-- WHAT TO PRODUCE --
Give again, word for word, each line from the top of the listing through the line that holds "#489=EDGE_LOOP('',(#488));".

-- MATERIAL SHOWN --
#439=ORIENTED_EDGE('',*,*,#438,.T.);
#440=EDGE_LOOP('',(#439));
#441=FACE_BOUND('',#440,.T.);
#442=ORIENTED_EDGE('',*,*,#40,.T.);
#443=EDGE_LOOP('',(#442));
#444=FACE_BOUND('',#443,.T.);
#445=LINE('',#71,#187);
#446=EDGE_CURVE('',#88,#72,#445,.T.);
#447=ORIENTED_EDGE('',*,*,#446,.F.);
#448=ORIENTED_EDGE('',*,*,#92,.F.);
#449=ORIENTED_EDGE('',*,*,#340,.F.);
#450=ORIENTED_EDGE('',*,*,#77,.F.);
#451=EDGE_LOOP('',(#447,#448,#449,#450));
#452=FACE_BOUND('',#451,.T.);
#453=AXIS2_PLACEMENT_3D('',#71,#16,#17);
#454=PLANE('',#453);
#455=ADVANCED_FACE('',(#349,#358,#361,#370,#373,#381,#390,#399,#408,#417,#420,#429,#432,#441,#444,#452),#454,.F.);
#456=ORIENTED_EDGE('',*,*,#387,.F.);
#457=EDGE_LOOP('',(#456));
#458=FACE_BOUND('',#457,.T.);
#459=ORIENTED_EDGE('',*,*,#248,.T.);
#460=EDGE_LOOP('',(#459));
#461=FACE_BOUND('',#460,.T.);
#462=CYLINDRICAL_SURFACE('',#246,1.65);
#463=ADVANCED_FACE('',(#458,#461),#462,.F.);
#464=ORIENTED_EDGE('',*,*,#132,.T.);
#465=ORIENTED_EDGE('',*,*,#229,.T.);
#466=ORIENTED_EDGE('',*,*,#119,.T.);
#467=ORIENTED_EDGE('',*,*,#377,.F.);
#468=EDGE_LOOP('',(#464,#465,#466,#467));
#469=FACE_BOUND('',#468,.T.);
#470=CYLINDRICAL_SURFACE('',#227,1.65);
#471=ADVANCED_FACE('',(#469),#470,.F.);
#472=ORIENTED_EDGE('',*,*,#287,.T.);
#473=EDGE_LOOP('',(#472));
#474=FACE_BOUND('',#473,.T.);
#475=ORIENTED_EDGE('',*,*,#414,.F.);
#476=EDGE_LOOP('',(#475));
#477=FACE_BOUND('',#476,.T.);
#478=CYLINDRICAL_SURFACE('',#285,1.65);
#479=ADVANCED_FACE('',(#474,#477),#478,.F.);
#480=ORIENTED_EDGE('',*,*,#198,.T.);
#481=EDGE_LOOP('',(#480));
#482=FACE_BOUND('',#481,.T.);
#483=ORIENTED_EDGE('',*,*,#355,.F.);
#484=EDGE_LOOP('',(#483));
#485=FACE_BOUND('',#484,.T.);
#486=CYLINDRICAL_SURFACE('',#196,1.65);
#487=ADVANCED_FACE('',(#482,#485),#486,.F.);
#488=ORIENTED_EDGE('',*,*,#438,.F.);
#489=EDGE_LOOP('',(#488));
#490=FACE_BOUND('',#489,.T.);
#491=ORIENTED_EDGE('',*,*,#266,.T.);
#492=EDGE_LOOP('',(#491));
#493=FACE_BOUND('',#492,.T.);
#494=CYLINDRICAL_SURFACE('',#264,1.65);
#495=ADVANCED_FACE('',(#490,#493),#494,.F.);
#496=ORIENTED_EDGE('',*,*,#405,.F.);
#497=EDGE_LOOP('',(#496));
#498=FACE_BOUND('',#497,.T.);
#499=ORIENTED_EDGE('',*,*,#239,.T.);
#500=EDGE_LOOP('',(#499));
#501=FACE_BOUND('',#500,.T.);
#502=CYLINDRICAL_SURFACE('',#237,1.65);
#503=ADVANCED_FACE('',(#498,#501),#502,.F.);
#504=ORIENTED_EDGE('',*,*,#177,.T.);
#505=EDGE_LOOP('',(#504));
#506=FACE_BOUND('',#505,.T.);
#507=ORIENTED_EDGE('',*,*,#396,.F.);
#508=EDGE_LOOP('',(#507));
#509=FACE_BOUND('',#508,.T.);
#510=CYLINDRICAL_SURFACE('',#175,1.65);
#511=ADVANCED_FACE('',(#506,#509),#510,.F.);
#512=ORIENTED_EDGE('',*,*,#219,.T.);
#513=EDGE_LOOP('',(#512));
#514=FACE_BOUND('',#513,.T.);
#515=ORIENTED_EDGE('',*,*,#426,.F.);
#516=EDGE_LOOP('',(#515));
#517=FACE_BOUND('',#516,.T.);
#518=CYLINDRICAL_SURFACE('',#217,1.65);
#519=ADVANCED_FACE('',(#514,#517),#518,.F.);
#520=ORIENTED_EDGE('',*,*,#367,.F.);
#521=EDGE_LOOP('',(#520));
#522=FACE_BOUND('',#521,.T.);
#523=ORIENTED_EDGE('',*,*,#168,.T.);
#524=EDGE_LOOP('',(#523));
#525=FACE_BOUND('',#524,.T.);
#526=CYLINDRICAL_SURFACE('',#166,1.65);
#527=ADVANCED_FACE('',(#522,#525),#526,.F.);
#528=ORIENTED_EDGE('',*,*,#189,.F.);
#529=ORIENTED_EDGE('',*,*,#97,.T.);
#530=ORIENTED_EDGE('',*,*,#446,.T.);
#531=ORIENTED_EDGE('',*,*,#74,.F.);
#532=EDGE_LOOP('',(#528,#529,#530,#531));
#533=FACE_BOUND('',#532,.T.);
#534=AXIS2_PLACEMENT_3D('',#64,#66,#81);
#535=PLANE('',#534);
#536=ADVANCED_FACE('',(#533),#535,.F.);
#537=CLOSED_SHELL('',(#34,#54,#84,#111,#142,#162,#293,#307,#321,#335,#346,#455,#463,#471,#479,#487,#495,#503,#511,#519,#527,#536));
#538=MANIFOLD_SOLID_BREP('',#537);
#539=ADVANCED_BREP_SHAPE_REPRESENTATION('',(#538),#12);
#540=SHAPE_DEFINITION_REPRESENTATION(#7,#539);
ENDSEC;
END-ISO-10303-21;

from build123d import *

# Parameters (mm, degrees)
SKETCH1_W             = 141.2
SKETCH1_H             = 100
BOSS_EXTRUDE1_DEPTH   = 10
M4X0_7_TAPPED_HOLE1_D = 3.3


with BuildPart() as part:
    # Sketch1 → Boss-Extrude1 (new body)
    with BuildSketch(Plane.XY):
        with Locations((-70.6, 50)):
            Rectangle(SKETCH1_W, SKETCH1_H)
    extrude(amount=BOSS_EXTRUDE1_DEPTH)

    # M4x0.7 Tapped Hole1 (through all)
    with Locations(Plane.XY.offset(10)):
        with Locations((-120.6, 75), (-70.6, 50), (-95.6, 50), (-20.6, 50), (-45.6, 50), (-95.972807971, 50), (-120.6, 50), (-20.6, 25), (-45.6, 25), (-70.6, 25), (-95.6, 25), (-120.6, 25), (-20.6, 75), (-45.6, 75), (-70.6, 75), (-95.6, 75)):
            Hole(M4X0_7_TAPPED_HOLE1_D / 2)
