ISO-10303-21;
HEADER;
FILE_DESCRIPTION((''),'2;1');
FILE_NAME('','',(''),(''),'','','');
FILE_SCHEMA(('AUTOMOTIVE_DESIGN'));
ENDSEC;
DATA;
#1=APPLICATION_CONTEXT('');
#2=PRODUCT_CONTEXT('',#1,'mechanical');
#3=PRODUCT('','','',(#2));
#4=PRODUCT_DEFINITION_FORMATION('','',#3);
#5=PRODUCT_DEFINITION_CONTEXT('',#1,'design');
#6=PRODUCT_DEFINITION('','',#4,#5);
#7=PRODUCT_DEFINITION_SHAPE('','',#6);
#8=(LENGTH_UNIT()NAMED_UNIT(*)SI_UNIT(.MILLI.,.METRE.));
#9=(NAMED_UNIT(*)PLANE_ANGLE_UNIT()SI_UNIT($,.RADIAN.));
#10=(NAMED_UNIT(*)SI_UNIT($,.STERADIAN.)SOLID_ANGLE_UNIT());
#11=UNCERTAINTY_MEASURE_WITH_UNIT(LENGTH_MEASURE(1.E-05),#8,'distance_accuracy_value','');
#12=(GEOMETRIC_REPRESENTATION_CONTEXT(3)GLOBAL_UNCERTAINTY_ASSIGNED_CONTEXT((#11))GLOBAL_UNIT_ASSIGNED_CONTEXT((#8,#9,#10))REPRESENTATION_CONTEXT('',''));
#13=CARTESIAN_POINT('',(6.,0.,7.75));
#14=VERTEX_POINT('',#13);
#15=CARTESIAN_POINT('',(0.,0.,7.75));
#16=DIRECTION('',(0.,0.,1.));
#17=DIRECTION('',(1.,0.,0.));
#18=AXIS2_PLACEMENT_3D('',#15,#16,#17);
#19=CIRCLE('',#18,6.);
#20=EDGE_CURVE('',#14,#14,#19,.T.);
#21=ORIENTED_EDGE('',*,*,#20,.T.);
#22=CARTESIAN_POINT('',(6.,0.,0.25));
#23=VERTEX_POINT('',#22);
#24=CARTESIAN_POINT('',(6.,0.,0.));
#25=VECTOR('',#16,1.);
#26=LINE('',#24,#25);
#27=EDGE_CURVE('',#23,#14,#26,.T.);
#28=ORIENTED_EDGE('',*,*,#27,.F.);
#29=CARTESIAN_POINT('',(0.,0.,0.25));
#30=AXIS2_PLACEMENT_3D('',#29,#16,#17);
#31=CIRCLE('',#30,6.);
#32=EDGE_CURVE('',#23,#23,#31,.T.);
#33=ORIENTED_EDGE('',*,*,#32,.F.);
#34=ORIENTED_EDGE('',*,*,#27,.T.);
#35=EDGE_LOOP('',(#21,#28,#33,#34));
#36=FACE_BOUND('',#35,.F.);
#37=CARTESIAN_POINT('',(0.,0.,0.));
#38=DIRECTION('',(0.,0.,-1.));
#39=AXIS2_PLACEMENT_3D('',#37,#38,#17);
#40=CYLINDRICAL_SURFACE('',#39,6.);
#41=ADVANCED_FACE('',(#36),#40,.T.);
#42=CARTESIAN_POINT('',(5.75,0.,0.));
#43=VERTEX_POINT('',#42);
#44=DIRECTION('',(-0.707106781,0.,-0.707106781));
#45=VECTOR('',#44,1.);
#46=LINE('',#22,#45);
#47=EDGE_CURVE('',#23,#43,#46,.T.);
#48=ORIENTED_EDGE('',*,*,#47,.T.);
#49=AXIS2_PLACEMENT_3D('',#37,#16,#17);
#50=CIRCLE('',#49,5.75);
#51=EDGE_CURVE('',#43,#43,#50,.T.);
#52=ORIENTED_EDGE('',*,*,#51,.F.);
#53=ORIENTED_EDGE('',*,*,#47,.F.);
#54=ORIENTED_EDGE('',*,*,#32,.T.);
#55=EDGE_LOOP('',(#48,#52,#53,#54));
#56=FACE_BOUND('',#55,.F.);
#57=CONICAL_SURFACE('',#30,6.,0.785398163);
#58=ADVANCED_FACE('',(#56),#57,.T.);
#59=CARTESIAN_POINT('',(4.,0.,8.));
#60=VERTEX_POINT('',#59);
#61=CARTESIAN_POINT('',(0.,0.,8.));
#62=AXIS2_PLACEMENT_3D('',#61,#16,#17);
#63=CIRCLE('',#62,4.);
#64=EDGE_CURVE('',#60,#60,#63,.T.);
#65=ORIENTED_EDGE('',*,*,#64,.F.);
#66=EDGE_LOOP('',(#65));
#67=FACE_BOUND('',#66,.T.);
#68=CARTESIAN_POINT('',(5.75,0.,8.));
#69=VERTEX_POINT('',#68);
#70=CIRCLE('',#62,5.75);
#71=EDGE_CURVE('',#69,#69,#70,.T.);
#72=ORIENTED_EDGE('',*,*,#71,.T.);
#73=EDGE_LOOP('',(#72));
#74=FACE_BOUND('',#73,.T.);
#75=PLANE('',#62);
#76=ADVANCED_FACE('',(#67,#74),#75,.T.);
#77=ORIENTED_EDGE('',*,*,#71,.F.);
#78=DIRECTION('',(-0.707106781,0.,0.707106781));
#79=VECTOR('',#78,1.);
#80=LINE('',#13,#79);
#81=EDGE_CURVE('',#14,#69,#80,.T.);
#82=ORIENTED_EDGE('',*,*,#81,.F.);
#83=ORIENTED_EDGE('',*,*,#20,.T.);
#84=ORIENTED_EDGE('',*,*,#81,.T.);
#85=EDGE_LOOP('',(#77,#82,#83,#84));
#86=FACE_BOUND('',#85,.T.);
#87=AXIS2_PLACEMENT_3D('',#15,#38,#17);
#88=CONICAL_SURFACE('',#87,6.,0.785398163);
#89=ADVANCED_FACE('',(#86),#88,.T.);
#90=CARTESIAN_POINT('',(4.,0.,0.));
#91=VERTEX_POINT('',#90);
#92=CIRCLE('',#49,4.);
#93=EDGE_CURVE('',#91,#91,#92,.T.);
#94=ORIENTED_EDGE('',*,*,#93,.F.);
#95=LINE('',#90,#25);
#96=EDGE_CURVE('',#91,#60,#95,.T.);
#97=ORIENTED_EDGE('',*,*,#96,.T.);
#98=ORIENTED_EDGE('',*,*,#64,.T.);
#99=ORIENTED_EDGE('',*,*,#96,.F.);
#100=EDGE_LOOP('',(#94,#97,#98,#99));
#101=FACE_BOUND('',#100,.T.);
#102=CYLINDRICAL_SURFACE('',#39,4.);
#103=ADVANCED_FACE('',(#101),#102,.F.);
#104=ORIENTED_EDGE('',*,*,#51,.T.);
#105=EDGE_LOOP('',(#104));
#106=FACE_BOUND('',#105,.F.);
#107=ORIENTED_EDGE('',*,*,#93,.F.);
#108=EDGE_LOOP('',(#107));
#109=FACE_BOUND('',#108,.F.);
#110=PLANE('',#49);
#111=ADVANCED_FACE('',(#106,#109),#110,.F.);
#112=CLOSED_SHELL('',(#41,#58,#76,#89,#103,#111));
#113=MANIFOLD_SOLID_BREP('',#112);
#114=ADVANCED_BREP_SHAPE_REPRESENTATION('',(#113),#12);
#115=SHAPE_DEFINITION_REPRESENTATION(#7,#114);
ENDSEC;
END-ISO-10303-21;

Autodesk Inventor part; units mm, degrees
ref_plane "YZ Plane" through (0, 0, 0) normal (1, 0, 0) x (0, 1, 0)
ref_plane "XZ Plane" through (0, 0, 0) normal (0, 1, 0) x (-1, 0, 0)
ref_plane "XY Plane" through (0, 0, 0) normal (0, 0, 1) x (1, 0, 0)
sketch "Sketch1" plane through (0, 0, 0) normal (0, 0, 1) x (1, 0, 0)
  circle A0 centre (0, 0) radius 6
  circle A1 centre (0, 0) radius 4
  dimension "d0" = 12
  dimension "d1" = 8
extrude "Extrusion1" add sketch "Sketch1" along normal blind 8
chamfer "Chamfer1" distance 0.25 angle 45 2 edges at (-6, 0, 8) (-6, 0, 0)
properties part number "bearing_12x8x8"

-- ANSWER TO THE EXERCISE --
#439=ORIENTED_EDGE('',*,*,#438,.T.);
#440=EDGE_LOOP('',(#439));
#441=FACE_BOUND('',#440,.T.);
#442=ORIENTED_EDGE('',*,*,#40,.T.);
#443=EDGE_LOOP('',(#442));
#444=FACE_BOUND('',#443,.T.);
#445=LINE('',#71,#187);
#446=EDGE_CURVE('',#88,#72,#445,.T.);
#447=ORIENTED_EDGE('',*,*,#446,.F.);
#448=ORIENTED_EDGE('',*,*,#92,.F.);
#449=ORIENTED_EDGE('',*,*,#340,.F.);
#450=ORIENTED_EDGE('',*,*,#77,.F.);
#451=EDGE_LOOP('',(#447,#448,#449,#450));
#452=FACE_BOUND('',#451,.T.);
#453=AXIS2_PLACEMENT_3D('',#71,#16,#17);
#454=PLANE('',#453);
#455=ADVANCED_FACE('',(#349,#358,#361,#370,#373,#381,#390,#399,#408,#417,#420,#429,#432,#441,#444,#452),#454,.F.);
#456=ORIENTED_EDGE('',*,*,#387,.F.);
#457=EDGE_LOOP('',(#456));
#458=FACE_BOUND('',#457,.T.);
#459=ORIENTED_EDGE('',*,*,#248,.T.);
#460=EDGE_LOOP('',(#459));
#461=FACE_BOUND('',#460,.T.);
#462=CYLINDRICAL_SURFACE('',#246,1.65);
#463=ADVANCED_FACE('',(#458,#461),#462,.F.);
#464=ORIENTED_EDGE('',*,*,#132,.T.);
#465=ORIENTED_EDGE('',*,*,#229,.T.);
#466=ORIENTED_EDGE('',*,*,#119,.T.);
#467=ORIENTED_EDGE('',*,*,#377,.F.);
#468=EDGE_LOOP('',(#464,#465,#466,#467));
#469=FACE_BOUND('',#468,.T.);
#470=CYLINDRICAL_SURFACE('',#227,1.65);
#471=ADVANCED_FACE('',(#469),#470,.F.);
#472=ORIENTED_EDGE('',*,*,#287,.T.);
#473=EDGE_LOOP('',(#472));
#474=FACE_BOUND('',#473,.T.);
#475=ORIENTED_EDGE('',*,*,#414,.F.);
#476=EDGE_LOOP('',(#475));
#477=FACE_BOUND('',#476,.T.);
#478=CYLINDRICAL_SURFACE('',#285,1.65);
#479=ADVANCED_FACE('',(#474,#477),#478,.F.);
#480=ORIENTED_EDGE('',*,*,#198,.T.);
#481=EDGE_LOOP('',(#480));
#482=FACE_BOUND('',#481,.T.);
#483=ORIENTED_EDGE('',*,*,#355,.F.);
#484=EDGE_LOOP('',(#483));
#485=FACE_BOUND('',#484,.T.);
#486=CYLINDRICAL_SURFACE('',#196,1.65);
#487=ADVANCED_FACE('',(#482,#485),#486,.F.);
#488=ORIENTED_EDGE('',*,*,#438,.F.);
#489=EDGE_LOOP('',(#488));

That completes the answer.